Neo4j: Building a graph of Strava activities
In my last post I showed how to import activities from Strava’s API into Neo4j using only the APOC library, but that was only part of the graph so I thought I’d share the rest of what I’ve done.
The Graph Model
In the previous post I showed how to import nodes with Run
label, but there are some other pieces of data that I wanted to import as well.
Segments
are member created portions of a road where users can compete for time.
A run can have SegmentEfforts
on Segments
where a segment effort will indicate how long it took to complete that segment.
Each run also has 'best efforts' where Strava indicates a predicted time for different distances (e.g. 1km, 1 mile, 2 miles, 5km etc)
In the graph model we’ll create DistanceEffort
nodes for each run and a Distance
node to represent each distance.
This is what our graph should look like. This diagram was created using Alistair Jones' Arrows tool in case you want to create your own.
Create constraints
Before we import any data we’ll set up some constraints so we don’t end up with duplicate nodes.
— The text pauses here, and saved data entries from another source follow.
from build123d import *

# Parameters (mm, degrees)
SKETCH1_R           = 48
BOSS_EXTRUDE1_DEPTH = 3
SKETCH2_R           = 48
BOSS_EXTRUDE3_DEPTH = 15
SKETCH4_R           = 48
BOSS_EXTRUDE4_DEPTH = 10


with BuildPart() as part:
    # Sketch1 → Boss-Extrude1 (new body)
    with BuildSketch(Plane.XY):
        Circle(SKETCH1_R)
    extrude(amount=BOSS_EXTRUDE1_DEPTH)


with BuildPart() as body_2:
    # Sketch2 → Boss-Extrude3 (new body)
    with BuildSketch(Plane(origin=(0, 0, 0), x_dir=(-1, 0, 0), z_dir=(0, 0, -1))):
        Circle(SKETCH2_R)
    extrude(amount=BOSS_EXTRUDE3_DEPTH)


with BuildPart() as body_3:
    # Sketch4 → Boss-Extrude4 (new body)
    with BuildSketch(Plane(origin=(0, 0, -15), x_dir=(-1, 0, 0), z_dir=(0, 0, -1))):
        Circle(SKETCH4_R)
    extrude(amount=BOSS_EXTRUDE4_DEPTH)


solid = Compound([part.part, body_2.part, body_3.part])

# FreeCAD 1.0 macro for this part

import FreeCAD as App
import Part
import Sketcher

doc = App.newDocument("Part")
params = doc.addObject("Spreadsheet::Sheet", "Params")
for row, (alias, value) in enumerate([
    ("sketch1_diameter", "96 mm"),
    ("pad1_length", "3 mm"),
    ("sketch2_diameter", "96 mm"),
    ("pad2_length", "15 mm"),
    ("sketch3_diameter", "96 mm"),
    ("pad3_length", "10 mm"),
], start=1):
    params.set(f"A{row}", alias)
    params.set(f"B{row}", "=" + value)
    params.setAlias(f"B{row}", alias)

body = doc.addObject("PartDesign::Body", "Body")

sketch1 = doc.addObject("Sketcher::SketchObject", "Sketch")
body.addObject(sketch1)
sketch1.AttachmentSupport = (doc.XY_Plane, [""])
sketch1.MapMode = "FlatFace"
sketch1.addGeometry(Part.Circle(App.Vector(0, 0, 0), App.Vector(0, 0, 1), 48), False)
sketch1.addConstraint(Sketcher.Constraint("Coincident", 0, 3, -1, 1))
sketch1.addConstraint(Sketcher.Constraint("Diameter", 0, 96.0))
sketch1.setExpression("Constraints[1]", "Params.sketch1_diameter")
pad1 = doc.addObject("PartDesign::Pad", "Pad")
body.addObject(pad1)
pad1.Profile = sketch1
pad1.setExpression("Length", "Params.pad1_length")
body2 = doc.addObject("PartDesign::Body", "Body001")

sketch2 = doc.addObject("Sketcher::SketchObject", "Sketch001")
body2.addObject(sketch2)
sketch2.AttachmentSupport = (doc.getObject("XY_Plane001"), [""])
sketch2.MapMode = "FlatFace"
sketch2.addGeometry(Part.Circle(App.Vector(0, 0, 0), App.Vector(0, 0, 1), 48), False)
sketch2.addConstraint(Sketcher.Constraint("Coincident", 0, 3, -1, 1))
sketch2.addConstraint(Sketcher.Constraint("Diameter", 0, 96.0))
sketch2.setExpression("Constraints[1]", "Params.sketch2_diameter")
pad2 = doc.addObject("PartDesign::Pad", "Pad001")
body2.addObject(pad2)
pad2.Profile = sketch2
pad2.setExpression("Length", "Params.pad2_length")
pad2.Reversed = True
body3 = doc.addObject("PartDesign::Body", "Body002")

sketch3 = doc.addObject("Sketcher::SketchObject", "Sketch002")
body3.addObject(sketch3)
sketch3.AttachmentSupport = (doc.getObject("XY_Plane002"), [""])
sketch3.MapMode = "FlatFace"
sketch3.AttachmentOffset = App.Placement(App.Vector(0, 0, -15), App.Rotation())
sketch3.addGeometry(Part.Circle(App.Vector(0, 0, 0), App.Vector(0, 0, 1), 48), False)
sketch3.addConstraint(Sketcher.Constraint("Coincident", 0, 3, -1, 1))
sketch3.addConstraint(Sketcher.Constraint("Diameter", 0, 96.0))
sketch3.setExpression("Constraints[1]", "Params.sketch3_diameter")
pad3 = doc.addObject("PartDesign::Pad", "Pad002")
body3.addObject(pad3)
pad3.Profile = sketch3
pad3.setExpression("Length", "Params.pad3_length")
pad3.Reversed = True

doc.recompute()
When we create a constraint on a (label, property)
pair an index is also created so it’ll help speed up the import process as well.
CREATE CONSTRAINT ON (d:Distance)
ASSERT d.name is UNIQUE;
CREATE CONSTRAINT ON (r:Run)
ASSERT r.id is UNIQUE;
CREATE CONSTRAINT ON (d:DistanceEffort)
ASSERT d.id is UNIQUE;
CREATE CONSTRAINT ON (s:SegmentEffort)
ASSERT s.id is UNIQUE;
CREATE CONSTRAINT ON (s:Segment)
ASSERT s.id is UNIQUE;
Importing data
First we’ll create a parameter that contains our Strava token for interacting with their API. You can generate a token via the 'Create and Manage Your App' page.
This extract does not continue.